Assignment –
Up to and including the line that contains "v3 v3 CIRCLE(AX(P(0,-202.353193,0),D(0,1,0),D(0,0,1)),43.1165)", reproduce every line exactly, beginning with the first line below.

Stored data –
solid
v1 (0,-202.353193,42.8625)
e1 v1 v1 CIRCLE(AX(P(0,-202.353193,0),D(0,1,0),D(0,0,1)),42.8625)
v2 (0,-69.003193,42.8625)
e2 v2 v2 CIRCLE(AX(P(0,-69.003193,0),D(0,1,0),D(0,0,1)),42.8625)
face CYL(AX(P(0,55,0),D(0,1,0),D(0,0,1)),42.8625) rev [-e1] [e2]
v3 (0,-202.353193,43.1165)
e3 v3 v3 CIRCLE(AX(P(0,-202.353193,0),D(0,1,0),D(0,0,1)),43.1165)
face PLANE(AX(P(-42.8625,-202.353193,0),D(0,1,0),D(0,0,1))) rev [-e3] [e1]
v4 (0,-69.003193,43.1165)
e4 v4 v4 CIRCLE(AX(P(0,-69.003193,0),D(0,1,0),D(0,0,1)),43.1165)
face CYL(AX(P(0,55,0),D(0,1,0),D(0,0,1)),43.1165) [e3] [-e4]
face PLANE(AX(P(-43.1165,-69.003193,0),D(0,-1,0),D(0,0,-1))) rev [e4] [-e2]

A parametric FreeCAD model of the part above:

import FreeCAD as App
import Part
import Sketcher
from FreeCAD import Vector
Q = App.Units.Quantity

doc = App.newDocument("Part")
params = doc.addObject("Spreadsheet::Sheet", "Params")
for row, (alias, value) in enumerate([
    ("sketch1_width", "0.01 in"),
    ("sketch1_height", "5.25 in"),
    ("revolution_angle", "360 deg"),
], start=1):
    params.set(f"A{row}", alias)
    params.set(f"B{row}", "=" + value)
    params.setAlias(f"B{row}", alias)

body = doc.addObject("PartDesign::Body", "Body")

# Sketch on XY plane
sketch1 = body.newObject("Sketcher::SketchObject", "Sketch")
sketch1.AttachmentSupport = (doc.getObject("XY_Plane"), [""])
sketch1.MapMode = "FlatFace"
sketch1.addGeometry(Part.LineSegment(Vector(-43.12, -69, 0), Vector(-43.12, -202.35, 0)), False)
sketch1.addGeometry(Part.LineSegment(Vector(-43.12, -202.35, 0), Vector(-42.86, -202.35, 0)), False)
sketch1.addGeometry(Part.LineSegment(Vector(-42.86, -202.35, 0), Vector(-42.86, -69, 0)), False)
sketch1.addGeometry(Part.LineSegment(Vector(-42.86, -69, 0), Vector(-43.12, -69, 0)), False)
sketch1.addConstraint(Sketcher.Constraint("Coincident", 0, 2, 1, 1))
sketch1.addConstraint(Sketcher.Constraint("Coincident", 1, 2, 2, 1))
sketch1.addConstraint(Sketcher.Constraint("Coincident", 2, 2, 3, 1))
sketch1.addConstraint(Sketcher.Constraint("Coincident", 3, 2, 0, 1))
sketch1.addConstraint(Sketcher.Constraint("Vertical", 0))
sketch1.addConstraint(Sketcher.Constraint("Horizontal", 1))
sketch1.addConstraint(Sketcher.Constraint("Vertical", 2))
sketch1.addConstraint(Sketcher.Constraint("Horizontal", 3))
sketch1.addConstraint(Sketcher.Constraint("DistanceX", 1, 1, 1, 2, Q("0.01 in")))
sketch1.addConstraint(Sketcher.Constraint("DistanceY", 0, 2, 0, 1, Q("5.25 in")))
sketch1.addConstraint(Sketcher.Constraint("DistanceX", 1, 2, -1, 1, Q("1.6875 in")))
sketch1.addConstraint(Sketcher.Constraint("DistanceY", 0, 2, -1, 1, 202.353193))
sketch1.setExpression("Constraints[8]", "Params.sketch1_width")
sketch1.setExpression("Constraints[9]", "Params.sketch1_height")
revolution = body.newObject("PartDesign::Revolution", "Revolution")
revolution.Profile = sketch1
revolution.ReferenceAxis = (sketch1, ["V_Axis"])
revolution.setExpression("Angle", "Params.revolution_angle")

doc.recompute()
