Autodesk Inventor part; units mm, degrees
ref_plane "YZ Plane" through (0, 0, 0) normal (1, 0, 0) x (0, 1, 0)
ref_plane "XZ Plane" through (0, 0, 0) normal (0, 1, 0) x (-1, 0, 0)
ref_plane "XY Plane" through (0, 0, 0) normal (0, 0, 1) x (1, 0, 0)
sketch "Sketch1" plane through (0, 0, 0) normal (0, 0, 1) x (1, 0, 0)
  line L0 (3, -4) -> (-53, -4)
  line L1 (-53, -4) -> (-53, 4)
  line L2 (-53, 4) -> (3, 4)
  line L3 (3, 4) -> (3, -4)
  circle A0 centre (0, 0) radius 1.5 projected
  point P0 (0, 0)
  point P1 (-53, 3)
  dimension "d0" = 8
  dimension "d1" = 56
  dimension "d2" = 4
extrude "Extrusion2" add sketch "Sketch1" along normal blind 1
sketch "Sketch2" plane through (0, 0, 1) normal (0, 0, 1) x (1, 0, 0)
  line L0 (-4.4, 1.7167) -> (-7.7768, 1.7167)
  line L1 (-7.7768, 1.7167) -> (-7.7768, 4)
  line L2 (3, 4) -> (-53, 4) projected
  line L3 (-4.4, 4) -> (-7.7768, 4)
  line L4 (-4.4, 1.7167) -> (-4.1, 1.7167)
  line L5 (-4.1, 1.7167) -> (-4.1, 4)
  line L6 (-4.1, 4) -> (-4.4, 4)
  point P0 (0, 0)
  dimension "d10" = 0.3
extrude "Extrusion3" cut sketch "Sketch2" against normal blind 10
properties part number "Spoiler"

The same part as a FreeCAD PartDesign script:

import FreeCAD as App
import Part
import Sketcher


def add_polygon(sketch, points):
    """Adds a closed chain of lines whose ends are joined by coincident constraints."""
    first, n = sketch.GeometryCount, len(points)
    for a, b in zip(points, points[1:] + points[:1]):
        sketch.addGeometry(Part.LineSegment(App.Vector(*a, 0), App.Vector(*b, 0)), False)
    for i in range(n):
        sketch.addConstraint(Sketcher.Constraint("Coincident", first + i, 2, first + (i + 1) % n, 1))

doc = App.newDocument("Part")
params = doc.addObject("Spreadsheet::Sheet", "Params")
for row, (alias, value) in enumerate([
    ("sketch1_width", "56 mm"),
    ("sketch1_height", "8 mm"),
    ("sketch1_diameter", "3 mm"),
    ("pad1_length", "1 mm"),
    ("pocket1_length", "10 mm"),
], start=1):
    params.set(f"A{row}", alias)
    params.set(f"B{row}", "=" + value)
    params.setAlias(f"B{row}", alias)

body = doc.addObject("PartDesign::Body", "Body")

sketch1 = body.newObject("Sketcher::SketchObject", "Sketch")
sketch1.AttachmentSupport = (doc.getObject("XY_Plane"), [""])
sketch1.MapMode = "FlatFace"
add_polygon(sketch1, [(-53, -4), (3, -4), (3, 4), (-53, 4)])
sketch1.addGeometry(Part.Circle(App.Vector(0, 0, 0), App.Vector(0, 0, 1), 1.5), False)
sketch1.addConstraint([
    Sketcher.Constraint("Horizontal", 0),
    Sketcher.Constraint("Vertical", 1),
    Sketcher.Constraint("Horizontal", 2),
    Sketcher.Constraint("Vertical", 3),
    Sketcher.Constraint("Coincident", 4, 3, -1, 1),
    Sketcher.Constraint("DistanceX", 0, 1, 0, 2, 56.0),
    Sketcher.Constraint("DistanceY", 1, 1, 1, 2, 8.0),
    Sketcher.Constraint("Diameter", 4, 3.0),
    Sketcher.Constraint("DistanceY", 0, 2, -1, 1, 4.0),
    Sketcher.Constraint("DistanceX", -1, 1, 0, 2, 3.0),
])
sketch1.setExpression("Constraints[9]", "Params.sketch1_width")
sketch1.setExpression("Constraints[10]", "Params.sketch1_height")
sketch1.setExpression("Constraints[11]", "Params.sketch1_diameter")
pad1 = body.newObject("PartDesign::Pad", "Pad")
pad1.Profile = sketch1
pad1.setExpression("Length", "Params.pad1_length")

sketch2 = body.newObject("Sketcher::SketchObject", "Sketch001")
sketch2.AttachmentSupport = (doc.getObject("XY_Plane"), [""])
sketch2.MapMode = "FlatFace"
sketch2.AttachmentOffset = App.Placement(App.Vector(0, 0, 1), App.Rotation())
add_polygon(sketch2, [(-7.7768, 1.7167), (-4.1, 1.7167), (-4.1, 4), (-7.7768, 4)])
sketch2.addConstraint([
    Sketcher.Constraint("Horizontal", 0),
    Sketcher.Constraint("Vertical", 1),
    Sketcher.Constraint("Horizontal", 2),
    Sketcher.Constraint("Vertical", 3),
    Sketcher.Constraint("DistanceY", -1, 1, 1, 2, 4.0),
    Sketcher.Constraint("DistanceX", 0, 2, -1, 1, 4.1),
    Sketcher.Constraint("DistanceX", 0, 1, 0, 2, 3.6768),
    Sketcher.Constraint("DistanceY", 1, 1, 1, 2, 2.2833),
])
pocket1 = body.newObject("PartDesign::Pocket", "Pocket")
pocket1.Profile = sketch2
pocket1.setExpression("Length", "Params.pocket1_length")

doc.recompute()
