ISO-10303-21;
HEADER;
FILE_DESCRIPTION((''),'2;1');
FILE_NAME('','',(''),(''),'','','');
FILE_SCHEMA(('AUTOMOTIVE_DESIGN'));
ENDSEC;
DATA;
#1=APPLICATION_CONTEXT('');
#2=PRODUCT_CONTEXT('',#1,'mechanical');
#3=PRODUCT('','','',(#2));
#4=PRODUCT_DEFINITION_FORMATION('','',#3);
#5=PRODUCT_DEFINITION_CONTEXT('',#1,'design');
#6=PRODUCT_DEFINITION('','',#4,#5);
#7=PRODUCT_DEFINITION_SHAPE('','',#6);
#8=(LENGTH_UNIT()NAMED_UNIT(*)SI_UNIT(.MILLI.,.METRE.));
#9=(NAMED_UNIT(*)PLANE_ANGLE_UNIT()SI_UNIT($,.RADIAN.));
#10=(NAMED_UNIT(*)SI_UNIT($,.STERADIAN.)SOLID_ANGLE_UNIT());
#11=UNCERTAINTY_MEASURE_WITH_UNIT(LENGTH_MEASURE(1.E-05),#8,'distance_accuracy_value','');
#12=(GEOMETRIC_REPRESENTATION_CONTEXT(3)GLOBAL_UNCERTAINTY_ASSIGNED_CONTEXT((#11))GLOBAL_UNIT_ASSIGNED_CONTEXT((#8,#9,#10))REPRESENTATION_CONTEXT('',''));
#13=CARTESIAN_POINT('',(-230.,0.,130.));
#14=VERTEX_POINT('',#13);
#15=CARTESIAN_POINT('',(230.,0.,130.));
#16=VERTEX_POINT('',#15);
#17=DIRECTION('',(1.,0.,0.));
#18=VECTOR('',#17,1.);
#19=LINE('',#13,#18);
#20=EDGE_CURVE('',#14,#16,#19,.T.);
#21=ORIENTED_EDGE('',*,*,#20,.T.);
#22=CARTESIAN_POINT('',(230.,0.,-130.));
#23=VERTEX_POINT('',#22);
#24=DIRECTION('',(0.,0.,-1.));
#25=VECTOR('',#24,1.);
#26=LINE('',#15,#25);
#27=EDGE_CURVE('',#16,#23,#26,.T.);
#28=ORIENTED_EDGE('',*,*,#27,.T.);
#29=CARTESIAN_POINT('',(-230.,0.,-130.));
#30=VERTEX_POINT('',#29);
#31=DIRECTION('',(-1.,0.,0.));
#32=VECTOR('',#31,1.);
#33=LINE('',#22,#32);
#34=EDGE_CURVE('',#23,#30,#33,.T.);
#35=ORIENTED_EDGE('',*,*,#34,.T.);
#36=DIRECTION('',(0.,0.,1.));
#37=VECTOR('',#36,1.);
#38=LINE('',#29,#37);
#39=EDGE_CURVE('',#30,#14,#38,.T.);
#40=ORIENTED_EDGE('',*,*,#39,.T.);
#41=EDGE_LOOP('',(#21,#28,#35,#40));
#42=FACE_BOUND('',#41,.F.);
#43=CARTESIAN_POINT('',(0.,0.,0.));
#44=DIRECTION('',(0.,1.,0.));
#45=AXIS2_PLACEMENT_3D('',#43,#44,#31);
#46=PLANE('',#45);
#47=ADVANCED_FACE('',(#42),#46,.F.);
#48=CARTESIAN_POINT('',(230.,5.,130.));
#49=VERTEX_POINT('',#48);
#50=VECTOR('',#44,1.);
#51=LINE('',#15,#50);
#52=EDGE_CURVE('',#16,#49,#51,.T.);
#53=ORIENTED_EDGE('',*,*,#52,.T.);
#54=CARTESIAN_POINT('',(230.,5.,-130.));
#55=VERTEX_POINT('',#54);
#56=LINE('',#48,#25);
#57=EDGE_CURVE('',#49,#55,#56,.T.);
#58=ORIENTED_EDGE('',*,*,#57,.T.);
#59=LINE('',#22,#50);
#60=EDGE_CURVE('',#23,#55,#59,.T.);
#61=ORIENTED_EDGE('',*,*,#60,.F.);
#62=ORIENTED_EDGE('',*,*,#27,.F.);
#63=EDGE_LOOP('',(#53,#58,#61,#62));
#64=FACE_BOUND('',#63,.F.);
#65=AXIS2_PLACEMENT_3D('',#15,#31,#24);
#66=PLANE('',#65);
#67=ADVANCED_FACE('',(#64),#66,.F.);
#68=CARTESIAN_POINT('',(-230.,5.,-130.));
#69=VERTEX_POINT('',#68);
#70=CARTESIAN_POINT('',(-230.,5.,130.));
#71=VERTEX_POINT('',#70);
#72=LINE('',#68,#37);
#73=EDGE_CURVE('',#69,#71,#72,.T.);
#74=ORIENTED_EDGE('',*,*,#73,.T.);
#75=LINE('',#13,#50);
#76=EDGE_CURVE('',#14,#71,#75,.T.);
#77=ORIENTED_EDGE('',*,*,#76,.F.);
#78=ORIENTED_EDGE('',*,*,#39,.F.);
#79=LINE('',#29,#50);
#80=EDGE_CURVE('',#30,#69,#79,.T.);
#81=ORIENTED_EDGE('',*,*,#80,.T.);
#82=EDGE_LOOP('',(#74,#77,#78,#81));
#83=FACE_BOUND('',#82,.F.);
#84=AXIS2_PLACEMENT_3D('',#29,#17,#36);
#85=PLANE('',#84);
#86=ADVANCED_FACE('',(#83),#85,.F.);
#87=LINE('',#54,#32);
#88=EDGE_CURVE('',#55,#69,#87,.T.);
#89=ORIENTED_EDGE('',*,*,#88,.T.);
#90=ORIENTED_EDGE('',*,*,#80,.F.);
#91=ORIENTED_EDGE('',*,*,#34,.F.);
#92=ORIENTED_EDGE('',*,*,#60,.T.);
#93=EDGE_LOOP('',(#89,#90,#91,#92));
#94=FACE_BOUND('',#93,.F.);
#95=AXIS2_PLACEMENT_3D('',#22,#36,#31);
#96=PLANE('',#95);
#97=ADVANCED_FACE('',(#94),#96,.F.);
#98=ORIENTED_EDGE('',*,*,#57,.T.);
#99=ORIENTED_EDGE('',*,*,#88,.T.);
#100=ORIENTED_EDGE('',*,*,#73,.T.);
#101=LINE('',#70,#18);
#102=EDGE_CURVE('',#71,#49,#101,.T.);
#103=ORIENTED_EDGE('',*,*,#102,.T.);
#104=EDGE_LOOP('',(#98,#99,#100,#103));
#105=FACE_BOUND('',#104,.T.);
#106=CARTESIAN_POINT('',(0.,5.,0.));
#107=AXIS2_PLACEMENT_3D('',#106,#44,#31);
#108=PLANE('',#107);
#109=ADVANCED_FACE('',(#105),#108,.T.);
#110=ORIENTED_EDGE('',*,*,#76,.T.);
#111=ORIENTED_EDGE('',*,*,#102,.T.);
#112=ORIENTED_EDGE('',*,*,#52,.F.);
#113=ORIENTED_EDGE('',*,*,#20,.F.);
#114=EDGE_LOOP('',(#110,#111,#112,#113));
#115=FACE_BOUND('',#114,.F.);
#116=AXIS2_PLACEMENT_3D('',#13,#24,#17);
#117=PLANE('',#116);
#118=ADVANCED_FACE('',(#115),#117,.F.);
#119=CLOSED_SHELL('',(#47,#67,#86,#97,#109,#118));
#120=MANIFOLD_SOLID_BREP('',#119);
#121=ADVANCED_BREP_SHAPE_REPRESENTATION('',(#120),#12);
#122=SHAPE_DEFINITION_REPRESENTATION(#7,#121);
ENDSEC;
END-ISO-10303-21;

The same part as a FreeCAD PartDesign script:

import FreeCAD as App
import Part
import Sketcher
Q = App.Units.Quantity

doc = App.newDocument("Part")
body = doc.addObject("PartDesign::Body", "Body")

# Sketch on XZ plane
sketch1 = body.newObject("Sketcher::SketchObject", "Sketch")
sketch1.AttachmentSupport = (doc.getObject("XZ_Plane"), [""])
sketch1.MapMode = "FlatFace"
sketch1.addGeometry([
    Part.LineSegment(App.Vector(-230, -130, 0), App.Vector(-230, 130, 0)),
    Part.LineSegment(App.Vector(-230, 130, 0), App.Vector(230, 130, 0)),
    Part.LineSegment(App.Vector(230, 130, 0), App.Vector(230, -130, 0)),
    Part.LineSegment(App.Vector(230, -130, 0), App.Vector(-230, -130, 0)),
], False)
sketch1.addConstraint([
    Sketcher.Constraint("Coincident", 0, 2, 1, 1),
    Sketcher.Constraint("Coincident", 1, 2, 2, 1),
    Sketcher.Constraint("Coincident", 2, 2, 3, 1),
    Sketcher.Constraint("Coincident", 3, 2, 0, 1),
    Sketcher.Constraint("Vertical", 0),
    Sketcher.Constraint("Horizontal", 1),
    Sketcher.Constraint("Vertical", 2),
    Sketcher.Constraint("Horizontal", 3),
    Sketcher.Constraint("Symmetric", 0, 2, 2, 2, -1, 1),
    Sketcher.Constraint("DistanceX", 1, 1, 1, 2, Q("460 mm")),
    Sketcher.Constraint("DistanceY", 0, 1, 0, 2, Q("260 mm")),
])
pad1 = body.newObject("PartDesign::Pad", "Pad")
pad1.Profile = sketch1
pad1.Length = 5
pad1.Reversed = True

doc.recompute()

Answer to this problem –
solid
v1 (0,-202.353193,42.8625)
e1 v1 v1 CIRCLE(AX(P(0,-202.353193,0),D(0,1,0),D(0,0,1)),42.8625)
v2 (0,-69.003193,42.8625)
e2 v2 v2 CIRCLE(AX(P(0,-69.003193,0),D(0,1,0),D(0,0,1)),42.8625)
face CYL(AX(P(0,55,0),D(0,1,0),D(0,0,1)),42.8625) rev [-e1] [e2]
v3 (0,-202.353193,43.1165)
e3 v3 v3 CIRCLE(AX(P(0,-202.353193,0),D(0,1,0),D(0,0,1)),43.1165)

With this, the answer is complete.